TRY IT: Copy, word for word, each line of the data below from the first through the line containing "f 234 235 231", and stop there.

((

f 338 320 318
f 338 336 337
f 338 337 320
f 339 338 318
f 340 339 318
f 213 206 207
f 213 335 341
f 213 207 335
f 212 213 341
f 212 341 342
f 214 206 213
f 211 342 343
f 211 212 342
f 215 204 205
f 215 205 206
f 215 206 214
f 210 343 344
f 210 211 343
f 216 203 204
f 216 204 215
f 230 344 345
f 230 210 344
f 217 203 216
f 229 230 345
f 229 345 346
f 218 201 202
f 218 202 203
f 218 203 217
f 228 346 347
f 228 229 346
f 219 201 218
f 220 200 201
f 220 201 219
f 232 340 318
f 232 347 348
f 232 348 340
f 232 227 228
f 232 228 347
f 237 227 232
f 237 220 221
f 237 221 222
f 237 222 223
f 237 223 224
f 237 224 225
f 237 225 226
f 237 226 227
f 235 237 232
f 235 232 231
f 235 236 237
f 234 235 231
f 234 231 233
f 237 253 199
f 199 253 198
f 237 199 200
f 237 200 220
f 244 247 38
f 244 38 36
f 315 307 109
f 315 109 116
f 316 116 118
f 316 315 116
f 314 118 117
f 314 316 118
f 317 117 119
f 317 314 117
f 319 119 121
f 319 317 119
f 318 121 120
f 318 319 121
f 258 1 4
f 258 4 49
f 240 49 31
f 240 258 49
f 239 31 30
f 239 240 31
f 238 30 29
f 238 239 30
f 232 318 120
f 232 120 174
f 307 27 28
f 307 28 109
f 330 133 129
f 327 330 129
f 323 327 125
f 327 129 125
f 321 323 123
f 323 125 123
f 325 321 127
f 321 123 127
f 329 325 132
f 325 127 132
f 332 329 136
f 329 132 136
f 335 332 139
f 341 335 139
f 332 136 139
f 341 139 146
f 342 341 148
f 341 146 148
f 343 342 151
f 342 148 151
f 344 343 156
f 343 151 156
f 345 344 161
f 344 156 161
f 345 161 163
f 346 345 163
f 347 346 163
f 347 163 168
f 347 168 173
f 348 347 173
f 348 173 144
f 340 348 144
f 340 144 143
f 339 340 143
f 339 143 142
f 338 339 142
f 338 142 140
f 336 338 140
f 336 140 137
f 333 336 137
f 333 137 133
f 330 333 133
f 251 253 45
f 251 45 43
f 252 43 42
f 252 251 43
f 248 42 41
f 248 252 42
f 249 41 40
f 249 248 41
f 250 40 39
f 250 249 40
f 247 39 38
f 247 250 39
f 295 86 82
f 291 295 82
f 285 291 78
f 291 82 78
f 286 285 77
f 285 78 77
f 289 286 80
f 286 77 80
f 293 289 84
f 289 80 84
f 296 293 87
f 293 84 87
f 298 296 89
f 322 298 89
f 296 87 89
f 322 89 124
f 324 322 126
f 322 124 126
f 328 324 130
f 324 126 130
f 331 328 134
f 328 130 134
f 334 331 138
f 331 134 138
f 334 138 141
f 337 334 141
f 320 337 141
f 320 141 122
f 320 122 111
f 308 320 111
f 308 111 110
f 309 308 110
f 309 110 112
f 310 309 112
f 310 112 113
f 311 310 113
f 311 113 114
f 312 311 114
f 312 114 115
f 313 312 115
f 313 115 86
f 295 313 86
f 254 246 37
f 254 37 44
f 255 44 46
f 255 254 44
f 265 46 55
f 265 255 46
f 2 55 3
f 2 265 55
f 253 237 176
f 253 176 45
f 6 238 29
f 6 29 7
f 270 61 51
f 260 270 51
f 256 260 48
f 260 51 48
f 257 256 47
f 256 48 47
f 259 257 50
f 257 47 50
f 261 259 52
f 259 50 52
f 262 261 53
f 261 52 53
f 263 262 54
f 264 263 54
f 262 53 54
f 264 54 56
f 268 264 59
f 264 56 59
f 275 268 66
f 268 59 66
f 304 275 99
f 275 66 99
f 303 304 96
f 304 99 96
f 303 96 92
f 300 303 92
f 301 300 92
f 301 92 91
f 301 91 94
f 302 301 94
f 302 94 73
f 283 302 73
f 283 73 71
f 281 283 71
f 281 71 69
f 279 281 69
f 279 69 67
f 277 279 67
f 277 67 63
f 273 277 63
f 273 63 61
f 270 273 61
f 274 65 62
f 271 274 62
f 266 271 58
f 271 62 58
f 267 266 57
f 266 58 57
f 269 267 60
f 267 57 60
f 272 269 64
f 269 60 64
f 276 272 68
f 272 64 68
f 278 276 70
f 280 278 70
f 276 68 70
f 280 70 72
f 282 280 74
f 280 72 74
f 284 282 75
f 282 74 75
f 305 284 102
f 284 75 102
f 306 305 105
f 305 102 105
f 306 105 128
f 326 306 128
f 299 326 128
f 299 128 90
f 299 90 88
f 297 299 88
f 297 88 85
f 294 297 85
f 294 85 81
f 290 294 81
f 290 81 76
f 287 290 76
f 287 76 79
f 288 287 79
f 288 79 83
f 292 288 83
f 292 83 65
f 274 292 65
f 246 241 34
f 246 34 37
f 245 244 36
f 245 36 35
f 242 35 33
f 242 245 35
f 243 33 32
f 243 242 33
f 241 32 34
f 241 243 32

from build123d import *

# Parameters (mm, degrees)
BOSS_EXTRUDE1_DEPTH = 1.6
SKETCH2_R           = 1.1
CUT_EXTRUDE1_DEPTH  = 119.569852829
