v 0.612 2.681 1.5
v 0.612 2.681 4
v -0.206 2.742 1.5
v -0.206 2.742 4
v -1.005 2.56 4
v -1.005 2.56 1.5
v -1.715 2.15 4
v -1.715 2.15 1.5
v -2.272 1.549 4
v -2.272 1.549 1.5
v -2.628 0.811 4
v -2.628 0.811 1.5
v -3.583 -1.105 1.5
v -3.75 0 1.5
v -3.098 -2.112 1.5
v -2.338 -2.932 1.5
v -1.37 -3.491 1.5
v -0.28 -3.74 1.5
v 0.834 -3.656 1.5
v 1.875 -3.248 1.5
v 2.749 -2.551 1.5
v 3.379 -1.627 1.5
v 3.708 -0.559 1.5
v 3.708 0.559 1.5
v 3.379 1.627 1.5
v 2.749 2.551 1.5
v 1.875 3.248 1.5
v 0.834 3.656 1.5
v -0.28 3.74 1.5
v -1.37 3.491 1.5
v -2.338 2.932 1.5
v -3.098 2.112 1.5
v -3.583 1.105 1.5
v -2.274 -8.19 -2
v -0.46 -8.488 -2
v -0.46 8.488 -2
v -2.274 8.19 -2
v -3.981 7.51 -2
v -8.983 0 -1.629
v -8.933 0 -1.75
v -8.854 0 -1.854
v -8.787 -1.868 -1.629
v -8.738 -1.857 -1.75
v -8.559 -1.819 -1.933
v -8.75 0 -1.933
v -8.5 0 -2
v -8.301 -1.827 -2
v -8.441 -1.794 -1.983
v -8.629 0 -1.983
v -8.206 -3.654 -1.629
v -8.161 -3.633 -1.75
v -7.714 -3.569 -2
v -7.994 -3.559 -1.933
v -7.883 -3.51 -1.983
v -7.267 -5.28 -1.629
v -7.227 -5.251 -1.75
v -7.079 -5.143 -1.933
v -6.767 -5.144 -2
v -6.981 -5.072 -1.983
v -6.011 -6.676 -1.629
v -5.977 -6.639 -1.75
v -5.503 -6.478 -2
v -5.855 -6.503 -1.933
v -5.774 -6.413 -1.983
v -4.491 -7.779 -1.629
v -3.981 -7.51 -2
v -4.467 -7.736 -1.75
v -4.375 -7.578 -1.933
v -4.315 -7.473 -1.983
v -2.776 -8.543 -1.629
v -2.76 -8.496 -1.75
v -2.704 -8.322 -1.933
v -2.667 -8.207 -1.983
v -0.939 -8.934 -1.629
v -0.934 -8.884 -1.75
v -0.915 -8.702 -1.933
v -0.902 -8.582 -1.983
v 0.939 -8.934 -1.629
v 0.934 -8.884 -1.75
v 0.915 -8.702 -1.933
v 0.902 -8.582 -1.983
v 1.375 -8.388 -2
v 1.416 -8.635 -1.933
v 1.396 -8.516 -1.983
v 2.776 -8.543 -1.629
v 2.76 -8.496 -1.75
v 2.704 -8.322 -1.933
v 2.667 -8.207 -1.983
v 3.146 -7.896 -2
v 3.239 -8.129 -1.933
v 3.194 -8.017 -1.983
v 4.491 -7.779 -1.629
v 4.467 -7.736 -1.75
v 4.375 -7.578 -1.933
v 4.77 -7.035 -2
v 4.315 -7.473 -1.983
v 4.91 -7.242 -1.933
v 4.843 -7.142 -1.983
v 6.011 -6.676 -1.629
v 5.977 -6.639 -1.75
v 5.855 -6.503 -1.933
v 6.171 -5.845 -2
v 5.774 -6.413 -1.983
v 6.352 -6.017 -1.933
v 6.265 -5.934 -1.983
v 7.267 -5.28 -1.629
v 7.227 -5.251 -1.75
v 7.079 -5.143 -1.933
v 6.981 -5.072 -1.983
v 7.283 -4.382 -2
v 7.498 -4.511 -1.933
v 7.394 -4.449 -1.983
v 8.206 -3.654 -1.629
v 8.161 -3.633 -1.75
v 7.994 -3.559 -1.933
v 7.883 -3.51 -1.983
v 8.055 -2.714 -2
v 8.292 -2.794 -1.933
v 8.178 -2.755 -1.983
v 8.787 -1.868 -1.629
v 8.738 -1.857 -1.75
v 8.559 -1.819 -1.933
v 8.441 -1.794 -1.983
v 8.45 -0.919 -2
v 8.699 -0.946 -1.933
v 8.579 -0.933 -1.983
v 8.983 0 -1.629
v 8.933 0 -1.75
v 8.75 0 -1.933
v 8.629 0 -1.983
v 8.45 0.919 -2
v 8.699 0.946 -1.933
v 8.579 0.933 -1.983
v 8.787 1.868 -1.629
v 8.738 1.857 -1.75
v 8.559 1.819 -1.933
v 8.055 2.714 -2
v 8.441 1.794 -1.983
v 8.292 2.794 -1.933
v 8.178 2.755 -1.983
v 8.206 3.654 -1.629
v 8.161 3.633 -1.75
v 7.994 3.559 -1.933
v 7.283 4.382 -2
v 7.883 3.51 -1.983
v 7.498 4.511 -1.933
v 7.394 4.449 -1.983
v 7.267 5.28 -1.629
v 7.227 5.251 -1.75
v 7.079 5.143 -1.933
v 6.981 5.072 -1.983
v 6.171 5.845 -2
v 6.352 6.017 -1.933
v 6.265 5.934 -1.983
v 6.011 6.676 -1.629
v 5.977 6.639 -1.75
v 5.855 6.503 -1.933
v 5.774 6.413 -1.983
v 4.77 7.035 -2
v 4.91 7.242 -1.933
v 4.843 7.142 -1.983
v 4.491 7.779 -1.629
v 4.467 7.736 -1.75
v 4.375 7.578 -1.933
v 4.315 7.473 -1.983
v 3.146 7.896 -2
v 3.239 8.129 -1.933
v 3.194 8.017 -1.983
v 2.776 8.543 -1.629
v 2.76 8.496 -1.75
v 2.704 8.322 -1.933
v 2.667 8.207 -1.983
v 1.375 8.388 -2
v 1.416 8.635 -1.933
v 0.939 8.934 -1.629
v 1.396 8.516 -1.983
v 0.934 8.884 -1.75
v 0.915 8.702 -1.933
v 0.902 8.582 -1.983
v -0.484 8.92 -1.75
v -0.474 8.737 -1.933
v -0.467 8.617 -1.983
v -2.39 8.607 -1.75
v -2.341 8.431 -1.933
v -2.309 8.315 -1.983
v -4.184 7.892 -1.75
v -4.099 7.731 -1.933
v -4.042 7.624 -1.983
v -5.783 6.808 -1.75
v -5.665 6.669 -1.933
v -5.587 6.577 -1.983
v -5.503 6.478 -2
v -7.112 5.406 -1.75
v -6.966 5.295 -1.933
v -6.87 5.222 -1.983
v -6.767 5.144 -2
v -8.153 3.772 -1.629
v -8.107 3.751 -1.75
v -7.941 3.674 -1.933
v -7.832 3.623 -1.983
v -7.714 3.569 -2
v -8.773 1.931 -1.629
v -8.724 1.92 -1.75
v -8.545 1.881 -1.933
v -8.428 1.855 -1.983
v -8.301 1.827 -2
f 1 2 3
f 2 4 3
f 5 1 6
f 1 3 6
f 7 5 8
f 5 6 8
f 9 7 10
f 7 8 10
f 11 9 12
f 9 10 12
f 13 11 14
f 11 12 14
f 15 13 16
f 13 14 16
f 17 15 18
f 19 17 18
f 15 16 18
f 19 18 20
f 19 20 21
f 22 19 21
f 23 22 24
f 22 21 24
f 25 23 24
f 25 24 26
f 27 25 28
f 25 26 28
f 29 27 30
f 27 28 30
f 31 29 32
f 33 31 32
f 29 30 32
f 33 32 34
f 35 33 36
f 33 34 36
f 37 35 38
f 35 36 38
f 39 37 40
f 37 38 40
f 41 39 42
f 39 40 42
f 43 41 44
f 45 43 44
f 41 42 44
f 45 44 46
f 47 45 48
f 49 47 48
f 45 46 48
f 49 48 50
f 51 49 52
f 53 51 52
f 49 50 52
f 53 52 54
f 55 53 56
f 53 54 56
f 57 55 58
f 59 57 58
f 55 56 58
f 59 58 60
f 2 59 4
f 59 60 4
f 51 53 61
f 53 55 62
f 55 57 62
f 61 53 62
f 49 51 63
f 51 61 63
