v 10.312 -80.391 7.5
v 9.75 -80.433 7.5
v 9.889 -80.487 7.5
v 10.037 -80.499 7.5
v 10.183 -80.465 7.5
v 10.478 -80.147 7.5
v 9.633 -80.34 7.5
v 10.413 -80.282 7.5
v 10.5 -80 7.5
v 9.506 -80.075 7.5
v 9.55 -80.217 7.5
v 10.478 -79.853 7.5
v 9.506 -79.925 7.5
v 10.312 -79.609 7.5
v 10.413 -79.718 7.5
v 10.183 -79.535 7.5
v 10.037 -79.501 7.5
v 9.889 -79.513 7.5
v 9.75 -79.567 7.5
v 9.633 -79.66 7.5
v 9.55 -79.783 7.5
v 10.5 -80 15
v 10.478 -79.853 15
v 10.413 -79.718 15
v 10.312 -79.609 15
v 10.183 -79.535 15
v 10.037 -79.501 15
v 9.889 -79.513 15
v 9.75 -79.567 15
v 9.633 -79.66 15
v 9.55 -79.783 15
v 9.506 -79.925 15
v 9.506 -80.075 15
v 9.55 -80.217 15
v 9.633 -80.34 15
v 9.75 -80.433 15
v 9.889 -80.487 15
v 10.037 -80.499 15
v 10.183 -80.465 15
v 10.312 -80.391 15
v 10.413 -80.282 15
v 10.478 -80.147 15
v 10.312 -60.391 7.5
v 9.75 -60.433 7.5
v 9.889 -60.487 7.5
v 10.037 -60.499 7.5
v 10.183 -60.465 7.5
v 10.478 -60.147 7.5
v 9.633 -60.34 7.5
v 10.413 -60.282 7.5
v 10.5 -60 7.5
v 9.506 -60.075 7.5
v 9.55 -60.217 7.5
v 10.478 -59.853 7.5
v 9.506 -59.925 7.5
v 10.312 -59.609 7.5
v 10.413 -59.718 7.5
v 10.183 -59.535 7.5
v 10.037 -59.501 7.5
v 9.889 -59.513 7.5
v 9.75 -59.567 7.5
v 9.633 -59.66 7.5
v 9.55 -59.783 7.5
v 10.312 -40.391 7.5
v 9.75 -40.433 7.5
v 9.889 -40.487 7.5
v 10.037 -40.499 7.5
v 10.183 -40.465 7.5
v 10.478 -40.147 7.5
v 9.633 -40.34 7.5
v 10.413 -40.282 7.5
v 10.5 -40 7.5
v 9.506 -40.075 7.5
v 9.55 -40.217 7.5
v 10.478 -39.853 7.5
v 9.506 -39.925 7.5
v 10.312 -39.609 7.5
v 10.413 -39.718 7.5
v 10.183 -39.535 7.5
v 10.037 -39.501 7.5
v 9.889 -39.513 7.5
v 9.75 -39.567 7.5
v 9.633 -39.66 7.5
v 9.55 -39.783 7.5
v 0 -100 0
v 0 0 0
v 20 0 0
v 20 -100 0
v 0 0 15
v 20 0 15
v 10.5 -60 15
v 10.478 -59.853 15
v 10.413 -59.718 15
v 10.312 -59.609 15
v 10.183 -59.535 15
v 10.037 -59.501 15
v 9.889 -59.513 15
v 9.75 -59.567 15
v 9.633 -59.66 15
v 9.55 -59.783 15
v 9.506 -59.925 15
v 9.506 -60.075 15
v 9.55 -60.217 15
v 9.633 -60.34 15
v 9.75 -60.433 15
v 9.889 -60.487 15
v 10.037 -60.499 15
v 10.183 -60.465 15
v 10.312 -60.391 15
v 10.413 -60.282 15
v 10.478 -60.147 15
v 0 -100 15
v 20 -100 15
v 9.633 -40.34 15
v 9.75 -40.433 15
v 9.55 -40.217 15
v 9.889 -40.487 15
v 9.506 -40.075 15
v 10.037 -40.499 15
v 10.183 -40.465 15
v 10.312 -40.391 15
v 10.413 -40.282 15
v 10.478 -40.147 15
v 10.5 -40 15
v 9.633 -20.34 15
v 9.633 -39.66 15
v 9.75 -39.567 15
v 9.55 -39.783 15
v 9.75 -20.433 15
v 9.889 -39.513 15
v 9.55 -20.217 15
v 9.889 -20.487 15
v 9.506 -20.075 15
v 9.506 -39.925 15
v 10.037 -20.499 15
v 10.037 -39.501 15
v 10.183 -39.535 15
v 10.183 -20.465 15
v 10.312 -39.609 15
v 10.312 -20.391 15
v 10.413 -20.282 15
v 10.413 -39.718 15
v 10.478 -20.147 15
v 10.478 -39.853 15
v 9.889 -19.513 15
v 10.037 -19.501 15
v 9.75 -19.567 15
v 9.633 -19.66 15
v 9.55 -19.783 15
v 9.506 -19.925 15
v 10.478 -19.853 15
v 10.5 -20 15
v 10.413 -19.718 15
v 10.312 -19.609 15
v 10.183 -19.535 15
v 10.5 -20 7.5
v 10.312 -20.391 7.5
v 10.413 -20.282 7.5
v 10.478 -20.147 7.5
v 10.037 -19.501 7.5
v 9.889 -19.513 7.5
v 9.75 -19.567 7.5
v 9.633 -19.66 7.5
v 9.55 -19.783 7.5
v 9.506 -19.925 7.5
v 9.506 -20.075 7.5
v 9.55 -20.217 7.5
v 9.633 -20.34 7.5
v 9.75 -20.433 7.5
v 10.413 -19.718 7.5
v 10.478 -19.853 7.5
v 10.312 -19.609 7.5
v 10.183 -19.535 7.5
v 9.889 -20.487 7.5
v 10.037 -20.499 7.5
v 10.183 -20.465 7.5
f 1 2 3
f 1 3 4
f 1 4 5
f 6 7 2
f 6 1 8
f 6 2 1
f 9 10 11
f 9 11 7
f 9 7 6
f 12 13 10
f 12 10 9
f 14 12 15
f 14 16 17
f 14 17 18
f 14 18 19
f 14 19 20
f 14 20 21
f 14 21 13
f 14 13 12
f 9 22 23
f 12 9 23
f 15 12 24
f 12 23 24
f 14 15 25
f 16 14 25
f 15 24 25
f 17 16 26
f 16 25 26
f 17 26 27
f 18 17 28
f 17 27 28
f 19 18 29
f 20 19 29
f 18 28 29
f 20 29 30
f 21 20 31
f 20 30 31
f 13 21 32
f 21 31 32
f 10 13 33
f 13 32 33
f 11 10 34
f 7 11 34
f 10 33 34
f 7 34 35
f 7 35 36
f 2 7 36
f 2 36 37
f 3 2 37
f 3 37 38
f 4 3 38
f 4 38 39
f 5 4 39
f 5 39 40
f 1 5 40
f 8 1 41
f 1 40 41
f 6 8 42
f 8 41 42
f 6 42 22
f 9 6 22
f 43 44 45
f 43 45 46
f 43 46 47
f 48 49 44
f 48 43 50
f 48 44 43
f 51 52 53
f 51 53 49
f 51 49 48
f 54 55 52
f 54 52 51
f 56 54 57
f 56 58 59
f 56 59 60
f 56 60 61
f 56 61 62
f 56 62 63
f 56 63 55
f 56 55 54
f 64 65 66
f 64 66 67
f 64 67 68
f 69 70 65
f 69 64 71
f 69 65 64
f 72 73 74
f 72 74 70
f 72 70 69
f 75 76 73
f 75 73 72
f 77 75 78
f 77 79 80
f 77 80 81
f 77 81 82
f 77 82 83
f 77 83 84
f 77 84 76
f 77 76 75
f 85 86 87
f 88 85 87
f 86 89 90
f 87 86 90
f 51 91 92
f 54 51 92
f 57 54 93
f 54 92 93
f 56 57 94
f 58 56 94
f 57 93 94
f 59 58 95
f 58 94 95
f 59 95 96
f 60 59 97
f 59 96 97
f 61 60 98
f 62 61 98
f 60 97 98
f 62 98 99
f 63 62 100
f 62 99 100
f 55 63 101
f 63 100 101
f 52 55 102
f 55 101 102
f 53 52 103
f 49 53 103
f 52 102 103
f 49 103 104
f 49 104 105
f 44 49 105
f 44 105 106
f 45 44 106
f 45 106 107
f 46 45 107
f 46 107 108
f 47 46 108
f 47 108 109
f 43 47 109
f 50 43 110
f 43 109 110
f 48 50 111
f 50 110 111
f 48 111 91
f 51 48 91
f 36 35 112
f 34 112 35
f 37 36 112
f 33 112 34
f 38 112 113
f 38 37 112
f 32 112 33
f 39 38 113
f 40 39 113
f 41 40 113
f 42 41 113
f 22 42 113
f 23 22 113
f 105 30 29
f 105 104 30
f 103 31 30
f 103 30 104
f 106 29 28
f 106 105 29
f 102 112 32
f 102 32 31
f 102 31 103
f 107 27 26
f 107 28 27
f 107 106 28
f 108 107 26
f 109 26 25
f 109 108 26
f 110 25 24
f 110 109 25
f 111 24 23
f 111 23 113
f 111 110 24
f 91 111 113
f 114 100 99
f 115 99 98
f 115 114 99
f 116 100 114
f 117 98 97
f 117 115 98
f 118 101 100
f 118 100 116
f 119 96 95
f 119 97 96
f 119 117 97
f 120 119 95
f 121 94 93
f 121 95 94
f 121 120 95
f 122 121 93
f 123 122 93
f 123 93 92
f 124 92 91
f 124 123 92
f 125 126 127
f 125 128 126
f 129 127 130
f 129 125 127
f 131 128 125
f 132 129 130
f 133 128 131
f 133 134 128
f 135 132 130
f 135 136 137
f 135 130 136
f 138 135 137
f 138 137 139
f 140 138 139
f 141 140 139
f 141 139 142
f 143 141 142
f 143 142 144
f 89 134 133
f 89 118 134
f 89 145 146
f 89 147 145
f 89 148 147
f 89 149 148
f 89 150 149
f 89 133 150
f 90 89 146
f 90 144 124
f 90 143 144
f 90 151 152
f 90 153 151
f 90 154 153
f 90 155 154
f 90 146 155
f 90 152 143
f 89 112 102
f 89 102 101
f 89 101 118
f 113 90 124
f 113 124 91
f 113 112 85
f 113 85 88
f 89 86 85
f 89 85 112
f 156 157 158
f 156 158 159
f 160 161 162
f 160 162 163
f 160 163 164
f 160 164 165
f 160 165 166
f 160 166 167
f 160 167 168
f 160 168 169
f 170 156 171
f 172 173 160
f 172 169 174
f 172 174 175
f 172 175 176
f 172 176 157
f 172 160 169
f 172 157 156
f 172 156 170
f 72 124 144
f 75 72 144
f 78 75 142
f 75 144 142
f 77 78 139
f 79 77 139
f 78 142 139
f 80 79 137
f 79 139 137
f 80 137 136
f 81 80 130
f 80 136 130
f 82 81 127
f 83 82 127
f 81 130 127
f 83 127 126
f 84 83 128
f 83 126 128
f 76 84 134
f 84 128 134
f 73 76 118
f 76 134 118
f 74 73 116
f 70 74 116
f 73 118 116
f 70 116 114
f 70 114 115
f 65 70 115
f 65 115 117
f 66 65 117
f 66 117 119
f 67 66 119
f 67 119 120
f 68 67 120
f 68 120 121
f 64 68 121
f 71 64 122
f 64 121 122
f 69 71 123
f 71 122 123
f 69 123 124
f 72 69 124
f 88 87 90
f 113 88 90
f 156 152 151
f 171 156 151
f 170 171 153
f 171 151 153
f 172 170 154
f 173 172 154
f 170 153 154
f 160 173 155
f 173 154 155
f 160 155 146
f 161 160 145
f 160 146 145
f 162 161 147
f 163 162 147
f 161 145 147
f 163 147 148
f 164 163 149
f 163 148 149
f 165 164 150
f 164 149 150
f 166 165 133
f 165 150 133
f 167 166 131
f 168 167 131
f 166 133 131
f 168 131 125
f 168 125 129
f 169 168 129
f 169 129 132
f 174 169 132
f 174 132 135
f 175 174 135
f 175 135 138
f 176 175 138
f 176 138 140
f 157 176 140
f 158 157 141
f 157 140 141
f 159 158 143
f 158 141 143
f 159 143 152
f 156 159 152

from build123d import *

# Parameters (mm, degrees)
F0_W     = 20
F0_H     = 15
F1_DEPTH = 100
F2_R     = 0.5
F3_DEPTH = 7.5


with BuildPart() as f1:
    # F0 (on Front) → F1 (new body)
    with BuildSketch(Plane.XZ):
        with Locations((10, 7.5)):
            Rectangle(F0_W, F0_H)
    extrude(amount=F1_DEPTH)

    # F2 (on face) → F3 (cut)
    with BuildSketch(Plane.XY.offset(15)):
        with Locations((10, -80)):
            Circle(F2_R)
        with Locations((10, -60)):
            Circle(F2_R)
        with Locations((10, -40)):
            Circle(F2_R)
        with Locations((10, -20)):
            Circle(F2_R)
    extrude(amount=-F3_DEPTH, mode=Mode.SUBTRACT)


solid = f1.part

))

SOLVED EXERCISE:
f 338 320 318
f 338 336 337
f 338 337 320
f 339 338 318
f 340 339 318
f 213 206 207
f 213 335 341
f 213 207 335
f 212 213 341
f 212 341 342
f 214 206 213
f 211 342 343
f 211 212 342
f 215 204 205
f 215 205 206
f 215 206 214
f 210 343 344
f 210 211 343
f 216 203 204
f 216 204 215
f 230 344 345
f 230 210 344
f 217 203 216
f 229 230 345
f 229 345 346
f 218 201 202
f 218 202 203
f 218 203 217
f 228 346 347
f 228 229 346
f 219 201 218
f 220 200 201
f 220 201 219
f 232 340 318
f 232 347 348
f 232 348 340
f 232 227 228
f 232 228 347
f 237 227 232
f 237 220 221
f 237 221 222
f 237 222 223
f 237 223 224
f 237 224 225
f 237 225 226
f 237 226 227
f 235 237 232
f 235 232 231
f 235 236 237
f 234 235 231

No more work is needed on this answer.